[What you should do]
Using the data that follows, return exactly the lines from the one that contains "f 390 104 359" through the one that contains "extrude(amount=-F3_DEPTH, mode=Mode.SUBTRACT)", ends included.

[Data in this exercise]
****

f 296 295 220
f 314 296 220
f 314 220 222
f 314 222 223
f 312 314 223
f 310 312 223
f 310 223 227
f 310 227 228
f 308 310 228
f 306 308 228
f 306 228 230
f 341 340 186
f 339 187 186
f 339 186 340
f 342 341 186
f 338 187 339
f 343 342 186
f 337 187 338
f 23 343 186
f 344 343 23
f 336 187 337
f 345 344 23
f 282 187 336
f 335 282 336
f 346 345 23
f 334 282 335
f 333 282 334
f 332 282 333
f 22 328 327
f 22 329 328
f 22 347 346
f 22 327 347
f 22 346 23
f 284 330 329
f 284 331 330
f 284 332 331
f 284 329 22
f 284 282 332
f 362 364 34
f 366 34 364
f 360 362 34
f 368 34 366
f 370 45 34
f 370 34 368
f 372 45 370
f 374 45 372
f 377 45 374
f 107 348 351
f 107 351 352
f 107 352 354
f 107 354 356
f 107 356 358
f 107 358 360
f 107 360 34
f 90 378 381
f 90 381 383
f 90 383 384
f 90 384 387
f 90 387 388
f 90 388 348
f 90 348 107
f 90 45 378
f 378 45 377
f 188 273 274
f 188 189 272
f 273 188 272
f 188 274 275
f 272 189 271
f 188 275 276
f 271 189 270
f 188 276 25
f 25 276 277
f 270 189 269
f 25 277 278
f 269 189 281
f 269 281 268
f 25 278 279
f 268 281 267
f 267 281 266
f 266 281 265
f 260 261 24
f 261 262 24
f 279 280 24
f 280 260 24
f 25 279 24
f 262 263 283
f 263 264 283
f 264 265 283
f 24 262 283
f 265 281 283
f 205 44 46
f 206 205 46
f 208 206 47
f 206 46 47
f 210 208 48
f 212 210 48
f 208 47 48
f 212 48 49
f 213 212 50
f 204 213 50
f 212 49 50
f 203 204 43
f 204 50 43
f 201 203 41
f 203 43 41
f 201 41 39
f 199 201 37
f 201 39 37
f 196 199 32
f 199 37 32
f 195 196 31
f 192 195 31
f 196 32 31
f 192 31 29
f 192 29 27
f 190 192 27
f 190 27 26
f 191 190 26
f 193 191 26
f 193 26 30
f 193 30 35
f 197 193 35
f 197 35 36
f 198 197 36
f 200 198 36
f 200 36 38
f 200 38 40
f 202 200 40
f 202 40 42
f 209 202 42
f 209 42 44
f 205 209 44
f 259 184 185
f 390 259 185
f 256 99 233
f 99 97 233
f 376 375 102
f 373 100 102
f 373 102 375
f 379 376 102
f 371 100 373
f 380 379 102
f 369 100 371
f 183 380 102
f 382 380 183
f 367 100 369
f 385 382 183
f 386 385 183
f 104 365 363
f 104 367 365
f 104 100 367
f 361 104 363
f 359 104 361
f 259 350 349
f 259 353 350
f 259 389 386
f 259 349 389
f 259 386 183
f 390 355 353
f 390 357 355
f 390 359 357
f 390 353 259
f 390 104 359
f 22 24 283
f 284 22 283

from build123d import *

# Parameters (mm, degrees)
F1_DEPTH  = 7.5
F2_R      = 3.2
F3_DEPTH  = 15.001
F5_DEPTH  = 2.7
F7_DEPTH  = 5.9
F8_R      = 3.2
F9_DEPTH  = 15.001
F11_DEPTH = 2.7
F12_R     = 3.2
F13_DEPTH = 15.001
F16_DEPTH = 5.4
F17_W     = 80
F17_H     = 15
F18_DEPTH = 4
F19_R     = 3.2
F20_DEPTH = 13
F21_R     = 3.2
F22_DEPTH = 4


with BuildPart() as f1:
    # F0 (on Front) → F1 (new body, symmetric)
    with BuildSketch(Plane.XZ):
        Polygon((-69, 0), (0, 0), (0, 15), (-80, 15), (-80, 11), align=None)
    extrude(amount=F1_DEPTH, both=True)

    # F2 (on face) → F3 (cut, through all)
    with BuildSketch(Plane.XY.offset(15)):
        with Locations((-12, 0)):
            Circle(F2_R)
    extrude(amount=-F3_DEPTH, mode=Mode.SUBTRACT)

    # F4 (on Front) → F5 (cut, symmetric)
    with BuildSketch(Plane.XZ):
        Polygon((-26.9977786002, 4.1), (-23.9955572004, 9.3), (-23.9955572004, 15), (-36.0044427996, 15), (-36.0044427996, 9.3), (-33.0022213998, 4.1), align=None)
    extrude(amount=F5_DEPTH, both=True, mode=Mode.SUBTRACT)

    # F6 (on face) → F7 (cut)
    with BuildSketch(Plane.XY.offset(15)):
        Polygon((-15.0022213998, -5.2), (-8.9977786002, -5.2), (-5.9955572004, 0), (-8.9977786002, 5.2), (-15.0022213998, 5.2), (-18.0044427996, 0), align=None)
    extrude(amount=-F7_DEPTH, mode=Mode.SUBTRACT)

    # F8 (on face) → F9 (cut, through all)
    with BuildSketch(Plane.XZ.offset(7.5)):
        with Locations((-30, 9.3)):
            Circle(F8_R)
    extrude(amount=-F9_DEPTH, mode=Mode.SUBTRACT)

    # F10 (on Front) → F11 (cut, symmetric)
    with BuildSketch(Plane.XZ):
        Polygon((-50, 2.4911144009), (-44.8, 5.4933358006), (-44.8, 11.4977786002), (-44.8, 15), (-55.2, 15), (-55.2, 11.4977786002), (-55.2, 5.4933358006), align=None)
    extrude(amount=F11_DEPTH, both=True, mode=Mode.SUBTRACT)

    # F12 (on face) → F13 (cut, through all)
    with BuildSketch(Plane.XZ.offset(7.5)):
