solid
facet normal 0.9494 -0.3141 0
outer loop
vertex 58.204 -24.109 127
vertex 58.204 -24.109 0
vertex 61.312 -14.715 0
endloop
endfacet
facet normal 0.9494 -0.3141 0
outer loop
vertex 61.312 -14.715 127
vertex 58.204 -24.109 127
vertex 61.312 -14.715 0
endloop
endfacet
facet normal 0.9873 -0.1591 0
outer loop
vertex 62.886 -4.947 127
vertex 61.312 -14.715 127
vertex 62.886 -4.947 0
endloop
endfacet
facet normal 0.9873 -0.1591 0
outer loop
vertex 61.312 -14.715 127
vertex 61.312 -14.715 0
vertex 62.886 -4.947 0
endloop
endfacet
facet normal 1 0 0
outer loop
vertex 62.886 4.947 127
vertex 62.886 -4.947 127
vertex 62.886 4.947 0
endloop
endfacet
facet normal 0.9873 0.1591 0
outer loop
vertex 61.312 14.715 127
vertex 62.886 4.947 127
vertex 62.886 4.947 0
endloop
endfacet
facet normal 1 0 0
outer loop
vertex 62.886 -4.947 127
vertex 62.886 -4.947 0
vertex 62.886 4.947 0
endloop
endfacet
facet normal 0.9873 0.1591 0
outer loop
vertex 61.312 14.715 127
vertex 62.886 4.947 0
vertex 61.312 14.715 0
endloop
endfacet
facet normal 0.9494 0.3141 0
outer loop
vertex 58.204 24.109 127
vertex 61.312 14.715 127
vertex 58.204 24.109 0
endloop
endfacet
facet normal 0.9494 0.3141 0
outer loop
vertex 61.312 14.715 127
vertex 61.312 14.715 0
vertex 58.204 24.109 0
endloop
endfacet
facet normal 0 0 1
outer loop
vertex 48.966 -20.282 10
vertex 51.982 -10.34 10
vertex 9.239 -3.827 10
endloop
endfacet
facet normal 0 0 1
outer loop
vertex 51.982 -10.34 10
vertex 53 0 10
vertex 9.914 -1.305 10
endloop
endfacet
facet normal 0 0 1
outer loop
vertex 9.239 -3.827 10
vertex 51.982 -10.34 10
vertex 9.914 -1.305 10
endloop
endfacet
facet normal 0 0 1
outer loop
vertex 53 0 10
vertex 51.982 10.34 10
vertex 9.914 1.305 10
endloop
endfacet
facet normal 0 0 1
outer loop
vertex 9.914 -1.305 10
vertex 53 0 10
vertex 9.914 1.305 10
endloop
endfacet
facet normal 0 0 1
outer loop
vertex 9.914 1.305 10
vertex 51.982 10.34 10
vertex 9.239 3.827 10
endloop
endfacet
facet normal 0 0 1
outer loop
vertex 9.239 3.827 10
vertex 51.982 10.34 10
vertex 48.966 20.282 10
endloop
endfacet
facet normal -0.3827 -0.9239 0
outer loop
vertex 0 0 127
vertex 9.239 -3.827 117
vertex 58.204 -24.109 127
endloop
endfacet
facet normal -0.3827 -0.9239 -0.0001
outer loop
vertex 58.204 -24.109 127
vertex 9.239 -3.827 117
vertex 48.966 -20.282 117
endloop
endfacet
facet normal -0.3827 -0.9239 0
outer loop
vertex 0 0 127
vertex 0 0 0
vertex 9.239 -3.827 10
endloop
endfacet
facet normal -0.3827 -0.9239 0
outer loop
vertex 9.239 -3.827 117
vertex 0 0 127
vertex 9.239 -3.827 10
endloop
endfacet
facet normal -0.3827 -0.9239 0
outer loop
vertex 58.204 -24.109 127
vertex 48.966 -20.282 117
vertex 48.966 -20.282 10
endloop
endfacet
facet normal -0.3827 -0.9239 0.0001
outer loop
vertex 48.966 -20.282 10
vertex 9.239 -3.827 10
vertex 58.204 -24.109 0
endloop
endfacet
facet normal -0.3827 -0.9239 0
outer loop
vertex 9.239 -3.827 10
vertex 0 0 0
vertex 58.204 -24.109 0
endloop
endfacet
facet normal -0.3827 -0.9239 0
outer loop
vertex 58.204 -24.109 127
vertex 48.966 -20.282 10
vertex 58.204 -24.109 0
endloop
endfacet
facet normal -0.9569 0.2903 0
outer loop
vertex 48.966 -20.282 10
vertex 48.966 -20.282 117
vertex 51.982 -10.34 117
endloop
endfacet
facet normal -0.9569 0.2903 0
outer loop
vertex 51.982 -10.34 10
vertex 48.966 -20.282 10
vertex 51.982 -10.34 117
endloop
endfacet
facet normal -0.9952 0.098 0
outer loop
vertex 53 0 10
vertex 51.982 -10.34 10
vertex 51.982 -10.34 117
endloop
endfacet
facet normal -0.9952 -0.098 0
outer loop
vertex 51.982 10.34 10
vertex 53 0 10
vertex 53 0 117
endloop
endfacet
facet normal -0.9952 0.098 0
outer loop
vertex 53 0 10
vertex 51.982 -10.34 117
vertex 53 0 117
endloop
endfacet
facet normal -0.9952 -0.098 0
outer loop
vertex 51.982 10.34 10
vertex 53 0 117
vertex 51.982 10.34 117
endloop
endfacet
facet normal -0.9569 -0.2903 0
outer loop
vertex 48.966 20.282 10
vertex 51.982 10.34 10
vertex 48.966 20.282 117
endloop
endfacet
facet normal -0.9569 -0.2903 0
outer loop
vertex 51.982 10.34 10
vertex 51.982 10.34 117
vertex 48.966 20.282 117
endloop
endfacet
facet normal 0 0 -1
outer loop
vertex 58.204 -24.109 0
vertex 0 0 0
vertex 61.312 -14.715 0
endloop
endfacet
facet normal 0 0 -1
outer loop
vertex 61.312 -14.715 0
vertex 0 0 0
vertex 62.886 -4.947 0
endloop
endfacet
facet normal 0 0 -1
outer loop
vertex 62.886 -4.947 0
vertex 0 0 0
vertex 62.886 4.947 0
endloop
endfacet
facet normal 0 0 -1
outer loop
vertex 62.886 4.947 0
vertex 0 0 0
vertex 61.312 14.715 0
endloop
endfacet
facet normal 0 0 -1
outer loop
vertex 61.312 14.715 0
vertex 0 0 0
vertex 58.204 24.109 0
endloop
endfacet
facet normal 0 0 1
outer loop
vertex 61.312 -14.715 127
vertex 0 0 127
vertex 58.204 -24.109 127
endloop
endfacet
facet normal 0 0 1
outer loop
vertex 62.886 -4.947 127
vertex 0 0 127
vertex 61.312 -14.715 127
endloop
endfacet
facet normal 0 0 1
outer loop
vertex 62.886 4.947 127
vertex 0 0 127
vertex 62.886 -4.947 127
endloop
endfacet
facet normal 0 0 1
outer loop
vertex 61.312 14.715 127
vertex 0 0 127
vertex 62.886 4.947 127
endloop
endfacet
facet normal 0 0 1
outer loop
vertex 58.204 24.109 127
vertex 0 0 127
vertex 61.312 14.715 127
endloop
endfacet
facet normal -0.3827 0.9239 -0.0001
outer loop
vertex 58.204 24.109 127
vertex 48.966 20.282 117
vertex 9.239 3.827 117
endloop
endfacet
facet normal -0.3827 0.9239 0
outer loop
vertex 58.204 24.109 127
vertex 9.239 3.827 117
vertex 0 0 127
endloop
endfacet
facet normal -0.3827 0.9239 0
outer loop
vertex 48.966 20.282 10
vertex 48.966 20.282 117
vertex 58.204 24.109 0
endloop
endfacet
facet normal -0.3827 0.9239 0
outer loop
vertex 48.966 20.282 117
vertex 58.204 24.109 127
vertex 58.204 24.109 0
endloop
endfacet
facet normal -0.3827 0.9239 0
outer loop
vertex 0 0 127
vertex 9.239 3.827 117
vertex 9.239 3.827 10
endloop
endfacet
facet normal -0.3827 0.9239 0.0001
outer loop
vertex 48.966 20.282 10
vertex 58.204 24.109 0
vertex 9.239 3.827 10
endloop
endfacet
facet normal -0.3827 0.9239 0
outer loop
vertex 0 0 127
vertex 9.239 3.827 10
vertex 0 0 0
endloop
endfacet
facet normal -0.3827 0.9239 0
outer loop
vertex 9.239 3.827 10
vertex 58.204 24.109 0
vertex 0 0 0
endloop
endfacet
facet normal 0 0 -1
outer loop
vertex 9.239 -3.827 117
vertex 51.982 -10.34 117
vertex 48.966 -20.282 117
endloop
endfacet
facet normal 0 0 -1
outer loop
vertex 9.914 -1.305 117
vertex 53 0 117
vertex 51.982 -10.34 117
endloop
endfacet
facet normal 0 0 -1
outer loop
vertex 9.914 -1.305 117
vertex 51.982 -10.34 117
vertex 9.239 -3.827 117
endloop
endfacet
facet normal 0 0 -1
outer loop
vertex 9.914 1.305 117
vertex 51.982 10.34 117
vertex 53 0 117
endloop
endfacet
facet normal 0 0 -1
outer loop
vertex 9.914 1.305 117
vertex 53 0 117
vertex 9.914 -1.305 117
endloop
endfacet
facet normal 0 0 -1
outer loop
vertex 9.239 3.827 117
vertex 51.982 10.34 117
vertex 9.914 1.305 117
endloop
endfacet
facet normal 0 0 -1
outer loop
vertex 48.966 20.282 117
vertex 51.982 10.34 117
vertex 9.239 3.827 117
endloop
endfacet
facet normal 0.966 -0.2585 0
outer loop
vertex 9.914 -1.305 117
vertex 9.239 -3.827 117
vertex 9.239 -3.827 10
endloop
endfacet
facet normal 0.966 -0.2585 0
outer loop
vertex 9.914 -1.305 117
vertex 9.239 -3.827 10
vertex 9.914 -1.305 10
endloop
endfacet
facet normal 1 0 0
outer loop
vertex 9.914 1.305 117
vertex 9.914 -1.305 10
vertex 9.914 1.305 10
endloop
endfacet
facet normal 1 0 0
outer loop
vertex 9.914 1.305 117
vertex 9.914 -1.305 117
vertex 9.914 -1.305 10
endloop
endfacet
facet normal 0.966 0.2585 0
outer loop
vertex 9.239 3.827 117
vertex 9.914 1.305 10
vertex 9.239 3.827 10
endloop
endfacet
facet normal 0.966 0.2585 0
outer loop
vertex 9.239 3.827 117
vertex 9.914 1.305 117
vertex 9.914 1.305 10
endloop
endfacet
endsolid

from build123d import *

# Parameters (mm, degrees)
F1_DEPTH = 127
F2_W     = 43.000000447
F2_H     = 107.000000447
F3_ANGLE = 85


with BuildPart() as f1:
    # F0 (on Top) → F1 (new body)
    with BuildSketch(Plane.XY):
        with BuildLine():
            Line((58.2044105482, 24.109056239), (0, 0))
            Line((0, 0), (58.2044105482, -24.109056239))
            ThreePointArc((58.2044105482, -24.109056239), (63.0838940304, 0), (58.2044105482, 24.109056239))
        make_face()
    extrude(amount=F1_DEPTH)

    # F2 (on face) → F3 (revolve, cut)
    with BuildSketch(Plane(origin=(0, 0, 0), x_dir=(0.9238795325, -0.3826834324, 0), z_dir=(-0.3826834324, -0.9238795325, 0))):
        with Locations((31.5, 63.5)):
            Rectangle(F2_W, F2_H)
    revolve(axis=Axis((0, 0, 63.5), (0, 0, 1)), revolution_arc=F3_ANGLE, mode=Mode.SUBTRACT)


solid = f1.part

****

[Answer below]
f 390 104 359
f 22 24 283
f 284 22 283

from build123d import *

# Parameters (mm, degrees)
F1_DEPTH  = 7.5
F2_R      = 3.2
F3_DEPTH  = 15.001
F5_DEPTH  = 2.7
F7_DEPTH  = 5.9
F8_R      = 3.2
F9_DEPTH  = 15.001
F11_DEPTH = 2.7
F12_R     = 3.2
F13_DEPTH = 15.001
F16_DEPTH = 5.4
F17_W     = 80
F17_H     = 15
F18_DEPTH = 4
F19_R     = 3.2
F20_DEPTH = 13
F21_R     = 3.2
F22_DEPTH = 4


with BuildPart() as f1:
    # F0 (on Front) → F1 (new body, symmetric)
    with BuildSketch(Plane.XZ):
        Polygon((-69, 0), (0, 0), (0, 15), (-80, 15), (-80, 11), align=None)
    extrude(amount=F1_DEPTH, both=True)

    # F2 (on face) → F3 (cut, through all)
    with BuildSketch(Plane.XY.offset(15)):
        with Locations((-12, 0)):
            Circle(F2_R)
    extrude(amount=-F3_DEPTH, mode=Mode.SUBTRACT)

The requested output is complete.